Here is one of Plato’s dreams, by no means one of the least interesting. He dreamt that the great Demiurge, the eternal Geometer, having peopled infinite space with innumerable globes, decided to test the scientific ability of the genies who had witnessed these works. He gave each of them a little piece of matter to work with, rather as Phidias and Zeuxis4 are said to have given their disciples statues and paintings to make, if one may compare little things with great.
So Demogorgon was allotted the piece of mud
which is known as the Earth5 and, after arranging it in the fashion we still see around us today, claimed he had created a masterpiece. He thought he had silenced envy, and stood waiting for praises, even from his fellow-artists. He was deeply surprised to be greeted by them with derision.

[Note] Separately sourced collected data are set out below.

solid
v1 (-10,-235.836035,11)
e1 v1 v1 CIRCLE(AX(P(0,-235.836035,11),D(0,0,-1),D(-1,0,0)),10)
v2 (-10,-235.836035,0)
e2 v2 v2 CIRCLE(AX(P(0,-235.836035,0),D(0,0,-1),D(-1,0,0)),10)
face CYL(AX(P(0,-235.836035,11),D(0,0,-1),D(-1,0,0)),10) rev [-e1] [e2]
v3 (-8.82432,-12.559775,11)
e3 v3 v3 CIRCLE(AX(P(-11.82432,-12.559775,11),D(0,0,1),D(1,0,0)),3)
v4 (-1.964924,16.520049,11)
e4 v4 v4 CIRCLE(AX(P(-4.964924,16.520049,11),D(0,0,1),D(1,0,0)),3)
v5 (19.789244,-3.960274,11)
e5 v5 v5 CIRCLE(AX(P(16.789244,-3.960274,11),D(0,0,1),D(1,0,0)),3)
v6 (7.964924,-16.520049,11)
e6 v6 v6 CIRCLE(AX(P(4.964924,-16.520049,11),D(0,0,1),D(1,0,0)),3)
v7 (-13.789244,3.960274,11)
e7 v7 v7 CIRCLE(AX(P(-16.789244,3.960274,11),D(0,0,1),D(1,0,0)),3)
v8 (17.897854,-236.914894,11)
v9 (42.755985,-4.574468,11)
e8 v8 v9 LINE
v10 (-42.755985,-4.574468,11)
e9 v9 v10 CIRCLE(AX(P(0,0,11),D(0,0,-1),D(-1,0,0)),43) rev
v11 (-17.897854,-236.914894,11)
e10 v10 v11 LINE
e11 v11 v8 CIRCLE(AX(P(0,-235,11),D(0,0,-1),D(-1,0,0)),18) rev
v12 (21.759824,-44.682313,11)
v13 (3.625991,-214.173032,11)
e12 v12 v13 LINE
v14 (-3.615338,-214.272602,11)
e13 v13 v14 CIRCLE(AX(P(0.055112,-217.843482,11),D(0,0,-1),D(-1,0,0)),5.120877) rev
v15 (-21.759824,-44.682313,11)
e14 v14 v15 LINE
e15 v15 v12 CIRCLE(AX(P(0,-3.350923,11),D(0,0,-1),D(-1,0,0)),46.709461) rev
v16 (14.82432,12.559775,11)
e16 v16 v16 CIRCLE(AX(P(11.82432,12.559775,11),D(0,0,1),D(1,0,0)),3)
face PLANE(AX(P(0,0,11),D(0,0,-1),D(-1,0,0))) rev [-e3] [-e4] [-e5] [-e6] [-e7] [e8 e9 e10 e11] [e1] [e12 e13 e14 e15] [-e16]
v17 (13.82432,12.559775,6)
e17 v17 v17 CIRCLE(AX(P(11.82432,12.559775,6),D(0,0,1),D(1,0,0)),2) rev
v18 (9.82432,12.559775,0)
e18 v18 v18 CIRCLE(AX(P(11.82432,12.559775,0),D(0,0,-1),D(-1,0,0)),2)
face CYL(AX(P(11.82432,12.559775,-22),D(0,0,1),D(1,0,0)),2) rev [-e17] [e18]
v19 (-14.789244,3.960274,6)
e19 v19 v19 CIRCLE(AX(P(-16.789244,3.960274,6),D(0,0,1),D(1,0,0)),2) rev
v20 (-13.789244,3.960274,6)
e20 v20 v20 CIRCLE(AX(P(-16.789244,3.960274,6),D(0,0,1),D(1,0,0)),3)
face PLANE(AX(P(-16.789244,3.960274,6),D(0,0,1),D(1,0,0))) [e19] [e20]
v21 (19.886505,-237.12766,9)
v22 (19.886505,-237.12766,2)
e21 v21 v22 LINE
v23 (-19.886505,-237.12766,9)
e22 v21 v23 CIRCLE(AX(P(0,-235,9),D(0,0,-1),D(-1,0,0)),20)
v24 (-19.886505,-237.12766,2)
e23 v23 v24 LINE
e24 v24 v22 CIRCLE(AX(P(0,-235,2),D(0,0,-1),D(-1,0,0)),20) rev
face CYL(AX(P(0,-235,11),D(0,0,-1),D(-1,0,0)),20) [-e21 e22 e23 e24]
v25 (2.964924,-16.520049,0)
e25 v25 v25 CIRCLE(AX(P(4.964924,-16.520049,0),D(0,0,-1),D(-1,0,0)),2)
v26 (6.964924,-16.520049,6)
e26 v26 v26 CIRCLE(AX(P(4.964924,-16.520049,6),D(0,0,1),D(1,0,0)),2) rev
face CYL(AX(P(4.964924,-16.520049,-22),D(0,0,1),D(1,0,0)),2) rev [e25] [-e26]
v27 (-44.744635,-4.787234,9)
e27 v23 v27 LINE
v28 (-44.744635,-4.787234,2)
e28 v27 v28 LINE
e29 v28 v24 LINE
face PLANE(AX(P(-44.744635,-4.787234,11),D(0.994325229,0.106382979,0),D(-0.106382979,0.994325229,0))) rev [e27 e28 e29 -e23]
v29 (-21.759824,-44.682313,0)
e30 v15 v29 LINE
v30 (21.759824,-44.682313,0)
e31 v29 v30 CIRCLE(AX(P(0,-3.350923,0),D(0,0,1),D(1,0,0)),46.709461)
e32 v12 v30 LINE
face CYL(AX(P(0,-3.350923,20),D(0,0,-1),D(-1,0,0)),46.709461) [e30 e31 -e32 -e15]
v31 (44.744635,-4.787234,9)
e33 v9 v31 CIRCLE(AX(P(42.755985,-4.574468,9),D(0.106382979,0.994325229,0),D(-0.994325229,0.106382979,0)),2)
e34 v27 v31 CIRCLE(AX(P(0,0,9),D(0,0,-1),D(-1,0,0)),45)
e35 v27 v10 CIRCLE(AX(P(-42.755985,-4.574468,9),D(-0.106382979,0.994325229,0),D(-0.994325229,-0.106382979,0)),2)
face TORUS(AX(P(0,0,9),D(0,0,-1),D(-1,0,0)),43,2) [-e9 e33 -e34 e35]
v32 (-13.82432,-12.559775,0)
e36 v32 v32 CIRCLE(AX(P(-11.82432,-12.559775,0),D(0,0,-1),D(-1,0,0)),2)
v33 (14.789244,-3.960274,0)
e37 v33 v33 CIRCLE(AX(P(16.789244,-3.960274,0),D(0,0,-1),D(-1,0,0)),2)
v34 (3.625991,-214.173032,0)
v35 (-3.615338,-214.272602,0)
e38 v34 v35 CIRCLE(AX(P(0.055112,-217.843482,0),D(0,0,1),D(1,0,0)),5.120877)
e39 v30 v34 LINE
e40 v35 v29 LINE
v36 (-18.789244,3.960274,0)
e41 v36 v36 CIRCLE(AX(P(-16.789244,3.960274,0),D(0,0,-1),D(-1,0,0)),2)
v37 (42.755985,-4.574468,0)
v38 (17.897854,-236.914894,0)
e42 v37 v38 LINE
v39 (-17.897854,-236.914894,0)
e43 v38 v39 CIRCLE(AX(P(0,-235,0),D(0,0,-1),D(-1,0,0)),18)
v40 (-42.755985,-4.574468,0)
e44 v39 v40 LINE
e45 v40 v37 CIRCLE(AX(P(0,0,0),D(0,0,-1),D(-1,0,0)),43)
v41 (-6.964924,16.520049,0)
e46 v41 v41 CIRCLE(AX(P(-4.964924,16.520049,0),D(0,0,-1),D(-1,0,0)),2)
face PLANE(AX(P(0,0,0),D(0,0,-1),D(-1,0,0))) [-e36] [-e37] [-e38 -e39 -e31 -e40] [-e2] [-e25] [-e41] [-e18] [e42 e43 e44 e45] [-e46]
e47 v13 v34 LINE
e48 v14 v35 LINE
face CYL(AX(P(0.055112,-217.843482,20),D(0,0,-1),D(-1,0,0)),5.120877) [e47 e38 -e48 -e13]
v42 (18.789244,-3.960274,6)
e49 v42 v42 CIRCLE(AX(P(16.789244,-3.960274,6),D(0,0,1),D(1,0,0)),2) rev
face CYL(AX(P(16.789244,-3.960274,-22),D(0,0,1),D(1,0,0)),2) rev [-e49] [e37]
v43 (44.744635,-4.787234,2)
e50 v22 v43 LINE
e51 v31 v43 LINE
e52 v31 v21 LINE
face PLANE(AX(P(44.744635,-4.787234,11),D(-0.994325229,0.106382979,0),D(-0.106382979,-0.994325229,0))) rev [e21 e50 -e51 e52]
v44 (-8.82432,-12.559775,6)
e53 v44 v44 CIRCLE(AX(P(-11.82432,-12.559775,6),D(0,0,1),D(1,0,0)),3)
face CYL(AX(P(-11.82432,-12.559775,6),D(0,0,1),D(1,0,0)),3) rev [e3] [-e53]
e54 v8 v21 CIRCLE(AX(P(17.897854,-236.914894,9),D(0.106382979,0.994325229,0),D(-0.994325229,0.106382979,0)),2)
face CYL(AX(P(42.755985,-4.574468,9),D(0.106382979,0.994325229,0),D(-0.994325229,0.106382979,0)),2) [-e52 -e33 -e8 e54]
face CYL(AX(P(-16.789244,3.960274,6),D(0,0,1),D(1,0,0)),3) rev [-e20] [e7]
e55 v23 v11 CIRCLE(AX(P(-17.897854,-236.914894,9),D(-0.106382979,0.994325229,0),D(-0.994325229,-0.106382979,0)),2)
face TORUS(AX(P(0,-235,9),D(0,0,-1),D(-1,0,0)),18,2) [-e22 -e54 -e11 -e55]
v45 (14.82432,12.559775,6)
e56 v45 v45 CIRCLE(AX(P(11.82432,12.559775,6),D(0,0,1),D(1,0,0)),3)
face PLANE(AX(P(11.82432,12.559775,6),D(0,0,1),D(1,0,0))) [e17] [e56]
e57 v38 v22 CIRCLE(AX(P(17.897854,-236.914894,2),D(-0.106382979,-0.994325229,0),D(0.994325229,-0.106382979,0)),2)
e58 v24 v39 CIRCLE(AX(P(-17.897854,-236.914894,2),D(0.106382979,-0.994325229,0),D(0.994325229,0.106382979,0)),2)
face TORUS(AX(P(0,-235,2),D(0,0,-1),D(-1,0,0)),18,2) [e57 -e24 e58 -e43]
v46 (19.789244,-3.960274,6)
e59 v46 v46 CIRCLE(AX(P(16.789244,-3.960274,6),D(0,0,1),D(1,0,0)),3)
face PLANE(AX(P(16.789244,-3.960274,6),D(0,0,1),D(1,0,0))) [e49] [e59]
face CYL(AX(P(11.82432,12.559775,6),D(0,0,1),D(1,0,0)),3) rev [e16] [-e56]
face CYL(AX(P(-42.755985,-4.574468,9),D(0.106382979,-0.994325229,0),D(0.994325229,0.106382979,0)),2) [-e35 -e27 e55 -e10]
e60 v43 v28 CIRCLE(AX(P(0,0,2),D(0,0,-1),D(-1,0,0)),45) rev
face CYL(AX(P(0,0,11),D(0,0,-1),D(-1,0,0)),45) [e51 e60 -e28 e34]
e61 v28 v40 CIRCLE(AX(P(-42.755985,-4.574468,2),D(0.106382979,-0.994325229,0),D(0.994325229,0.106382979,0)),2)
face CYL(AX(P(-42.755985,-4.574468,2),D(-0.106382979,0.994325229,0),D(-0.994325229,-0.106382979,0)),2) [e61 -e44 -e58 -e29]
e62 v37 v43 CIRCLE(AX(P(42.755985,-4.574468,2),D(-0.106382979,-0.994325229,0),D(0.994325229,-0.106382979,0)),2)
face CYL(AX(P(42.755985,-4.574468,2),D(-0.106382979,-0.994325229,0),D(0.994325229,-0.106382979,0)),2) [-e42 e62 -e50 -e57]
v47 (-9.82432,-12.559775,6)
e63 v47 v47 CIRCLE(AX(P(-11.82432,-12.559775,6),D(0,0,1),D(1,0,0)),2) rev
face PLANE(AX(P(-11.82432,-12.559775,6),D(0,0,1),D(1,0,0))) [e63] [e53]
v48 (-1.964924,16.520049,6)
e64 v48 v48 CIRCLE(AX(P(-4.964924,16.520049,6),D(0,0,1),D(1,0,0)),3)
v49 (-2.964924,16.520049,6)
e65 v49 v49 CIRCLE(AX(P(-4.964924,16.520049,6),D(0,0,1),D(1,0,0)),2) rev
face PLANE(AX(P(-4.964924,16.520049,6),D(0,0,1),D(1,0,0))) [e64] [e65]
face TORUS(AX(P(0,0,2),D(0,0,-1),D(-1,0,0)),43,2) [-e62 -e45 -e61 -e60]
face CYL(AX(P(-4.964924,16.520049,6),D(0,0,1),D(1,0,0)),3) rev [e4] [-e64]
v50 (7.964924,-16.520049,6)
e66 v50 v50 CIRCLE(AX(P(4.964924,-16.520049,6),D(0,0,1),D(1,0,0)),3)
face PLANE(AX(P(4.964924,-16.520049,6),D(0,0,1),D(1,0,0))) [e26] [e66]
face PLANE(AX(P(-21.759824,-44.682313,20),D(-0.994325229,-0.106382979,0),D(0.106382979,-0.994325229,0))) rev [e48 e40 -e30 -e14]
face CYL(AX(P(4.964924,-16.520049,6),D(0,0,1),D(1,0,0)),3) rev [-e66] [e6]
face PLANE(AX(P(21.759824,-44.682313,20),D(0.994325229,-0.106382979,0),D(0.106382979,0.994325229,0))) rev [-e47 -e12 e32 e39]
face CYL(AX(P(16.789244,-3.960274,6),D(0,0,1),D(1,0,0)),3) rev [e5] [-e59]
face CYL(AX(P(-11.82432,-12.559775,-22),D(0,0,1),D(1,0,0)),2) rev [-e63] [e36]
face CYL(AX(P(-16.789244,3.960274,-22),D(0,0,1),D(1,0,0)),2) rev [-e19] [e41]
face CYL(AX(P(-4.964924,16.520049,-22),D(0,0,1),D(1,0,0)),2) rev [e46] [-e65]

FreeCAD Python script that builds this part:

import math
import FreeCAD as App
import Part
import Sketcher

V = App.Vector


def edges_at(feature, points):
    """Names of the edges that pass closest to the given points."""
    edges = feature.Shape.Edges
    near = lambda p: min(range(len(edges)), key=lambda i: edges[i].distToShape(Part.Vertex(*p))[0])
    return sorted({f"Edge{near(p) + 1}" for p in points})

doc = App.newDocument("Part")
params = doc.addObject("Spreadsheet::Sheet", "Params")
for row, (alias, value) in enumerate([
    ("sketch1_radius", "20 mm"),
    ("sketch1_radius2", "45 mm"),
    ("pad1_length", "11 mm"),
    ("sketch2_diameter", "20 mm"),
    ("pocket1_length", "11 mm"),
    ("fillet_radius", "2 mm"),
    ("pocket2_length", "20 mm"),
    ("sketch4_diameter", "4 mm"),
    ("pocket3_length", "33 mm"),
    ("sketch5_diameter", "6 mm"),
    ("pocket4_length", "5 mm"),
], start=1):
    params.set(f"A{row}", alias)
    params.set(f"B{row}", "=" + value)
    params.setAlias(f"B{row}", alias)

body = doc.addObject("PartDesign::Body", "Body")

# Sketch on XY plane
sketch1 = body.newObject("Sketcher::SketchObject", "Sketch")
sketch1.AttachmentSupport = (doc.getObject("XY_Plane"), [""])
sketch1.MapMode = "FlatFace"
sketch1.addGeometry([
    Part.LineSegment(V(-45, -5, 0), V(-20, -237, 0)),
    Part.ArcOfCircle(Part.Circle(V(0, -235, 0), V(0, 0, 1), 20), math.radians(-174), math.radians(-6)),
    Part.LineSegment(V(20, -237, 0), V(45, -5, 0)),
    Part.ArcOfCircle(Part.Circle(V(0, 0, 0), V(0, 0, 1), 45), math.radians(-6), math.radians(186)),
], False)
sketch1.addConstraint([
    Sketcher.Constraint("Tangent", 0, 2, 1, 1),
    Sketcher.Constraint("Tangent", 1, 2, 2, 1),
    Sketcher.Constraint("Tangent", 2, 2, 3, 1),
    Sketcher.Constraint("Tangent", 3, 2, 0, 1),
    Sketcher.Constraint("Coincident", 3, 3, -1, 1),
    Sketcher.Constraint("PointOnObject", 1, 3, -2),
    Sketcher.Constraint("Radius", 1, 20.0),
    Sketcher.Constraint("Radius", 3, 45.0),
    Sketcher.Constraint("DistanceY", 1, 3, -1, 1, 235.0),
])
sketch1.setExpression("Constraints[6]", "Params.sketch1_radius")
sketch1.setExpression("Constraints[7]", "Params.sketch1_radius2")
pad1 = body.newObject("PartDesign::Pad", "Pad")
pad1.Profile = sketch1
pad1.setExpression("Length", "Params.pad1_length")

One of these, a rather unpleasant ironist, said: ‘Yes, you’ve done a grand job. You’ve divided your world in two, and put a vast body of water between your hemispheres so that there can be no contact between them. Anyone living at your two poles will die of cold, or die of heat on your equinoctial line. You have prudently laid out great deserts of sand, so that travellers can die of hunger and thirst. I don’t mind your sheep and your cows and hens, but frankly, why the snakes and reptiles? Your onions and artichokes are fine, but what is the idea of covering the earth with so many poisonous plants, unless you plan to kill off all its inhabitants? Moreover, you seem to have created thirty or more species of monkey, many more species of dog, but only four or five species of man. It is true that you have endowed this latter creature with what you call reason, but in all honesty it is a quite ridiculous faculty, far too close to lunacy. It strikes me moreover that you set little store by this two-legged animal, since you have given him so many enemies and so few defences, so many illnesses and so few cures, so many passions and so little wisdom. You seem not to want very many of these humans to survive: not counting the dangers to which you expose them, you have calculated things so nicely that one day the smallpox will wipe out a tenth of the entire species every year, while her sister the pox will poison the sources of life for the remaining nine-tenths. Were this not enough, you have disposed matters so that half of the survivors will spend their time in litigation while the other half murder each other. No doubt they will all feel greatly obliged to you, and you must indeed be complimented on fashioning a masterpiece.’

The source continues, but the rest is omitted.